We have previously shown that GW-PRS including variants with weaker statistical evidence of association in both European and African ancestry men (based on lenient P-value thresholds down to 1.0×10⁻⁵) resulted in lower PRS performance³. Likewise, it was recently reported that a GW-PRS constructing from 1 million variants most strongly associated with prostate cancer risk led to comparable results as a GW-PRS based on HapMap3 variants¹⁷, further suggesting that GW-PRS approaches may not be improved by selecting a large number of variants weakly associated with prostate cancer risk. Last, a European-ancestry derived PRS of 110 established literaturecurated prostate cancer risk variants was previously found to perform better than a GW-PRS in addition to a standard pruning and thresholding PRS¹⁸. These findings in conjunction with the present study suggest that the current multi-ancestry and finemapped PRS₂₆₉ is optimal, which has important clinical implications.

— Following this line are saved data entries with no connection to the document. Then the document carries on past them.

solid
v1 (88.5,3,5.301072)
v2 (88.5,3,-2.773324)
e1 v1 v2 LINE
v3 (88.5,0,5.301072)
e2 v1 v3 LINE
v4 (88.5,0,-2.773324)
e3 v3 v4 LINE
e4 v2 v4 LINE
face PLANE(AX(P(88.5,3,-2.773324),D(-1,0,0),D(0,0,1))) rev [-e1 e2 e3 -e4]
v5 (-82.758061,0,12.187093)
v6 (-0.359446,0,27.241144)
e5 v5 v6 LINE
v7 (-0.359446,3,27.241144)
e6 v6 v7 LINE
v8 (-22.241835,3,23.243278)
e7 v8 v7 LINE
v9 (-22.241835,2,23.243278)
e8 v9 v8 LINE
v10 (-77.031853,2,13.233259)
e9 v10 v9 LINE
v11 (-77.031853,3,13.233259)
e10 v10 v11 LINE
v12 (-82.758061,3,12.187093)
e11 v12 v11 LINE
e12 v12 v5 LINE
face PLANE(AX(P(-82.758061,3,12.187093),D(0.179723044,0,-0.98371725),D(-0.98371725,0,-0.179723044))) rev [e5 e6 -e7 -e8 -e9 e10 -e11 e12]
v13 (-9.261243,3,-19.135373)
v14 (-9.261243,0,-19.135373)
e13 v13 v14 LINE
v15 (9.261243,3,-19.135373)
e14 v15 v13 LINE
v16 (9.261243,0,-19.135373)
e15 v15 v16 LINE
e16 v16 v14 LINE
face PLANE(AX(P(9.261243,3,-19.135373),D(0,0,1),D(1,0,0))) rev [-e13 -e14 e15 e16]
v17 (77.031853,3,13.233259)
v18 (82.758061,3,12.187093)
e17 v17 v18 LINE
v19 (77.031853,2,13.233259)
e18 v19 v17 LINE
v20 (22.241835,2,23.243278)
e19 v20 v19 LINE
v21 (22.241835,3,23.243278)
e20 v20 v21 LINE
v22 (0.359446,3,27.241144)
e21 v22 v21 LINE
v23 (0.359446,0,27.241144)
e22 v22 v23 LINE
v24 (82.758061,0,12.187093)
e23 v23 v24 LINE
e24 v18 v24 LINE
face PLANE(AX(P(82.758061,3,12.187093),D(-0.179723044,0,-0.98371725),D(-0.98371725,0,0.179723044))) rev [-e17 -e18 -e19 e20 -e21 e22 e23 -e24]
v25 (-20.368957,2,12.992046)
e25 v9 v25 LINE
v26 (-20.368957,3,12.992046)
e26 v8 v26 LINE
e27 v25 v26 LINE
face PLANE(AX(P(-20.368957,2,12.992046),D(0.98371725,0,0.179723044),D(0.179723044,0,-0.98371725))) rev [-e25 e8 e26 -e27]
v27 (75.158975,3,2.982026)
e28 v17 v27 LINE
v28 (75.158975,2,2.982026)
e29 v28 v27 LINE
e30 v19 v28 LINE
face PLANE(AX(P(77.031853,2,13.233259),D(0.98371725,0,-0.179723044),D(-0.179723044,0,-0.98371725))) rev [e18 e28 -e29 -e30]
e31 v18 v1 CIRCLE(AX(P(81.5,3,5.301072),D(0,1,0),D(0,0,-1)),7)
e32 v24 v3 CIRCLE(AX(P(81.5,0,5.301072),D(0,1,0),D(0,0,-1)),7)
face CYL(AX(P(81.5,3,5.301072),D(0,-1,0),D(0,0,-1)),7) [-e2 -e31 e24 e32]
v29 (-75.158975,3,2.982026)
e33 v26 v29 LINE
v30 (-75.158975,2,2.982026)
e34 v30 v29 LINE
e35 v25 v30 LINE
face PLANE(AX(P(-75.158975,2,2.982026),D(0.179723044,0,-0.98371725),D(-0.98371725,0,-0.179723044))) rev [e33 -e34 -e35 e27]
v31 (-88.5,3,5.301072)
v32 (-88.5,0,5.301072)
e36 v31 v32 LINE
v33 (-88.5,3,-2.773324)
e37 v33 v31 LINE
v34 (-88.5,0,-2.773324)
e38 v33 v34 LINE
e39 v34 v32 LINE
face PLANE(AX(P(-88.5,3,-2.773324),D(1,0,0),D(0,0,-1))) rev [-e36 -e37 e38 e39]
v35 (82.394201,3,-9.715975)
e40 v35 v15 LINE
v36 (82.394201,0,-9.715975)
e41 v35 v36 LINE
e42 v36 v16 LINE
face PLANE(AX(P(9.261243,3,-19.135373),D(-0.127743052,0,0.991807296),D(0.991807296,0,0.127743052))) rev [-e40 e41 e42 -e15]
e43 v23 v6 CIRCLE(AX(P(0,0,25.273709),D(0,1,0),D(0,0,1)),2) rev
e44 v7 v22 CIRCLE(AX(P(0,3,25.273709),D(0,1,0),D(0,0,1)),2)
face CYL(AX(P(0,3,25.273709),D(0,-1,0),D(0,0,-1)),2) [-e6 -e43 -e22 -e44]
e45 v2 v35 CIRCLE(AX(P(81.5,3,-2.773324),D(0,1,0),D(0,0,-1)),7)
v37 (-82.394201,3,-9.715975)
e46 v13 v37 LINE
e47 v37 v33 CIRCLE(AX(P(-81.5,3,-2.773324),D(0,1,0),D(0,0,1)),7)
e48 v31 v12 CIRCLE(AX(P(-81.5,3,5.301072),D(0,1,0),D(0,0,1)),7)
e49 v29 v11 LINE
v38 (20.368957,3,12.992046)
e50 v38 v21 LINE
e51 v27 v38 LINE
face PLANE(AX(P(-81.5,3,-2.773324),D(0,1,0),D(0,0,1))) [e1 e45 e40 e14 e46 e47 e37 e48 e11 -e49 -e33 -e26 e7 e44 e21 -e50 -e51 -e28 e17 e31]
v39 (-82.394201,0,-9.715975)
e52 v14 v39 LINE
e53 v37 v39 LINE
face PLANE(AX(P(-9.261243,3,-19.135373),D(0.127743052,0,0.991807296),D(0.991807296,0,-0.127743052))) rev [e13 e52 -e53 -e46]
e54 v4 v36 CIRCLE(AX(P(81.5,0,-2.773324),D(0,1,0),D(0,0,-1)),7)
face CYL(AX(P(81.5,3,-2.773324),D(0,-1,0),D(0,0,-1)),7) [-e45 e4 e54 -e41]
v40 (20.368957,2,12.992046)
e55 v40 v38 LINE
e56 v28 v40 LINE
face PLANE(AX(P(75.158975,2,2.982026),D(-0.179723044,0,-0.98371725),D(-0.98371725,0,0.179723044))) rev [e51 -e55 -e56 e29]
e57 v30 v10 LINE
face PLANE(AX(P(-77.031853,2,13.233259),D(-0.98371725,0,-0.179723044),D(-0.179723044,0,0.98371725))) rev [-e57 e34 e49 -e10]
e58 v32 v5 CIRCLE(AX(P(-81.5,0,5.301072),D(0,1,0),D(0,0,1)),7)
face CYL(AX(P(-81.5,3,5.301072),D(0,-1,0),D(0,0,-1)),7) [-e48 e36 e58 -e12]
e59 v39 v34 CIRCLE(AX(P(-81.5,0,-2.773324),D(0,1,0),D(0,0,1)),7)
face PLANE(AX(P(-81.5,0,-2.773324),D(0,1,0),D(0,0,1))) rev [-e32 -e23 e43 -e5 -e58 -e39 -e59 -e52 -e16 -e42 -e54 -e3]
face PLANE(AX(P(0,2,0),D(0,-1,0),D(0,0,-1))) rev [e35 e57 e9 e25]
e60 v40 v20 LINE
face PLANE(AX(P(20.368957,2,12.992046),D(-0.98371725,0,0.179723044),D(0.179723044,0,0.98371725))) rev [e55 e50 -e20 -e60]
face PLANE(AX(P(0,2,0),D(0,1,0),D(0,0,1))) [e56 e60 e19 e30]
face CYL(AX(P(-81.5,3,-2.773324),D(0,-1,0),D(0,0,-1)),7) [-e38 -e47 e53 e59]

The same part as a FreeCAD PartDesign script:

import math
import FreeCAD as App
import Part
import Sketcher
from FreeCAD import Vector


def edges_at(feature, points):
    """Names of the edges that pass closest to the given points."""
    edges = feature.Shape.Edges
    near = lambda p: min(range(len(edges)), key=lambda i: edges[i].distToShape(Part.Vertex(*p))[0])
    return sorted({f"Edge{near(p) + 1}" for p in points})


def add_polygon(sketch, points):
    """Adds a closed chain of lines whose ends are joined by coincident constraints."""
    first, n = sketch.GeometryCount, len(points)
    for a, b in zip(points, points[1:] + points[:1]):
        sketch.addGeometry(Part.LineSegment(App.Vector(*a, 0), App.Vector(*b, 0)), False)
    for i in range(n):
        sketch.addConstraint(Sketcher.Constraint("Coincident", first + i, 2, first + (i + 1) % n, 1))

doc = App.newDocument("Part")
body = doc.addObject("PartDesign::Body", "Body")

# Sketch on XZ plane
sketch1 = body.newObject("Sketcher::SketchObject", "Sketch")
sketch1.AttachmentSupport = (doc.getObject("XZ_Plane"), [""])
sketch1.MapMode = "FlatFace"
sketch1.addGeometry(Part.LineSegment(Vector(9, -19, 0), Vector(-9, -19, 0)), False)
sketch1.addGeometry(Part.LineSegment(Vector(-9, -19, 0), Vector(-82, -10, 0)), False)
sketch1.addGeometry(Part.ArcOfCircle(Part.Circle(Vector(-82, -3, 0), Vector(0, 0, 1), 7), math.radians(180), math.radians(263)), False)
sketch1.addGeometry(Part.LineSegment(Vector(-88, -3, 0), Vector(-88, 5, 0)), False)
sketch1.addGeometry(Part.ArcOfCircle(Part.Circle(Vector(-82, 5, 0), Vector(0, 0, 1), 7), math.radians(100), math.radians(180)), False)
sketch1.addGeometry(Part.LineSegment(Vector(-83, 12, 0), Vector(0, 27, 0)), False)
sketch1.addGeometry(Part.LineSegment(Vector(0, 27, 0), Vector(83, 12, 0)), False)
sketch1.addGeometry(Part.ArcOfCircle(Part.Circle(Vector(82, 5, 0), Vector(0, 0, 1), 7), math.radians(0), math.radians(80)), False)
sketch1.addGeometry(Part.LineSegment(Vector(88, 5, 0), Vector(88, -3, 0)), False)
sketch1.addGeometry(Part.ArcOfCircle(Part.Circle(Vector(82, -3, 0), Vector(0, 0, 1), 7), math.radians(-83), math.radians(0)), False)
sketch1.addGeometry(Part.LineSegment(Vector(82, -10, 0), Vector(9, -19, 0)), False)
sketch1.addConstraint(Sketcher.Constraint("Coincident", 0, 2, 1, 1))
sketch1.addConstraint(Sketcher.Constraint("Tangent", 1, 2, 2, 2))
sketch1.addConstraint(Sketcher.Constraint("Tangent", 2, 1, 3, 1))
sketch1.addConstraint(Sketcher.Constraint("Tangent", 3, 2, 4, 2))
sketch1.addConstraint(Sketcher.Constraint("Tangent", 4, 1, 5, 1))
sketch1.addConstraint(Sketcher.Constraint("Coincident", 5, 2, 6, 1))
sketch1.addConstraint(Sketcher.Constraint("Tangent", 6, 2, 7, 2))
sketch1.addConstraint(Sketcher.Constraint("Tangent", 7, 1, 8, 1))
sketch1.addConstraint(Sketcher.Constraint("Tangent", 8, 2, 9, 2))
sketch1.addConstraint(Sketcher.Constraint("Tangent", 9, 1, 10, 1))
sketch1.addConstraint(Sketcher.Constraint("Coincident", 10, 2, 0, 1))
sketch1.addConstraint(Sketcher.Constraint("Horizontal", 0))
sketch1.addConstraint(Sketcher.Constraint("Vertical", 3))
sketch1.addConstraint(Sketcher.Constraint("Vertical", 8))
sketch1.addConstraint(Sketcher.Constraint("Equal", 2, 4))
sketch1.addConstraint(Sketcher.Constraint("Equal", 4, 7))
sketch1.addConstraint(Sketcher.Constraint("Equal", 7, 9))
sketch1.addConstraint(Sketcher.Constraint("Symmetric", 4, 3, 7, 3, -2))
sketch1.addConstraint(Sketcher.Constraint("Symmetric", 1, 2, 9, 1, -2))
sketch1.addConstraint(Sketcher.Constraint("PointOnObject", 5, 2, -2))
sketch1.addConstraint(Sketcher.Constraint("Radius", 2, 7.0))
sketch1.addConstraint(Sketcher.Constraint("DistanceX", 4, 3, 7, 3, 163.0))
sketch1.addConstraint(Sketcher.Constraint("DistanceX", 1, 2, -1, 1, 82.394201))
sketch1.addConstraint(Sketcher.Constraint("DistanceX", 0, 2, 0, 1, 18.522486))
sketch1.addConstraint(Sketcher.Constraint("DistanceY", 3, 1, 3, 2, 8.074396))
sketch1.addConstraint(Sketcher.Constraint("DistanceY", -1, 1, 4, 3, 5.301072))
sketch1.addConstraint(Sketcher.Constraint("DistanceX", 4, 1, -1, 1, 82.758061))
pad1 = body.newObject("PartDesign::Pad", "Pad")
pad1.Profile = sketch1
pad1.Length = 3
pad1.Reversed = True
doc.recompute()

fillet = body.newObject("PartDesign::Fillet", "Fillet")
fillet.Base = (pad1, edges_at(pad1, [(0, 1.5, 27.307)]))
fillet.Radius = 2

# Sketch on XZ plane
sketch2 = body.newObject("Sketcher::SketchObject", "Sketch001")
sketch2.AttachmentSupport = (doc.getObject("XZ_Plane"), [""])
sketch2.MapMode = "FlatFace"
sketch2.AttachmentOffset = App.Placement(Vector(0, 0, -3), App.Rotation())
add_polygon(sketch2, [(-75, 3), (-77, 13), (-22, 23), (-20, 13)])  # lines 0-3
add_polygon(sketch2, [(20, 13), (22, 23), (77, 13), (75, 3)])  # lines 4-7
sketch2.addConstraint(Sketcher.Constraint("Symmetric", 1, 2, 4, 2, -2))
sketch2.addConstraint(Sketcher.Constraint("Symmetric", 0, 2, 5, 2, -2))
sketch2.addConstraint(Sketcher.Constraint("Symmetric", 3, 2, 6, 2, -2))
sketch2.addConstraint(Sketcher.Constraint("Symmetric", 2, 2, 7, 2, -2))
sketch2.addConstraint(Sketcher.Constraint("Perpendicular", 0, 1))
sketch2.addConstraint(Sketcher.Constraint("Perpendicular", 1, 2))
sketch2.addConstraint(Sketcher.Constraint("Perpendicular", 2, 3))
sketch2.addConstraint(Sketcher.Constraint("DistanceY", -1, 1, 0, 2, 13.233259))
sketch2.addConstraint(Sketcher.Constraint("DistanceY", -1, 1, 1, 2, 23.243278))
sketch2.addConstraint(Sketcher.Constraint("DistanceX", 0, 2, 1, 2, 54.790018))
sketch2.addConstraint(Sketcher.Constraint("DistanceX", 1, 2, 2, 2, 1.872878))
sketch2.addConstraint(Sketcher.Constraint("DistanceX", 1, 2, 4, 2, 44.483671))
pocket1 = body.newObject("PartDesign::Pocket", "Pocket")
pocket1.Profile = sketch2
pocket1.Length = 1
pocket1.Reversed = True

doc.recompute()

While genotyping a few hundred versus millions of variants to construct PRS is currently logistically easier and more cost-effective, genome-wide genotyping may be optimal in the future to enable the evaluation of PRS across many traits. However, our findings do not imply that the multi-ancestry PRS₂₆₉ has reached optimal performance; increasing the sample size of non-European ancestry men in the discovery GWAS, particularly African ancestry men, where we and others have observed that the PRS has lower performance than in other populations^3,4, will be important to improve genetic risk prediction of prostate cancer. The multi-ancestry PRS₂₆₉ is an effective risk stratification tool for prostate cancer, and its clinical utility in screening and early detection warrants investigation.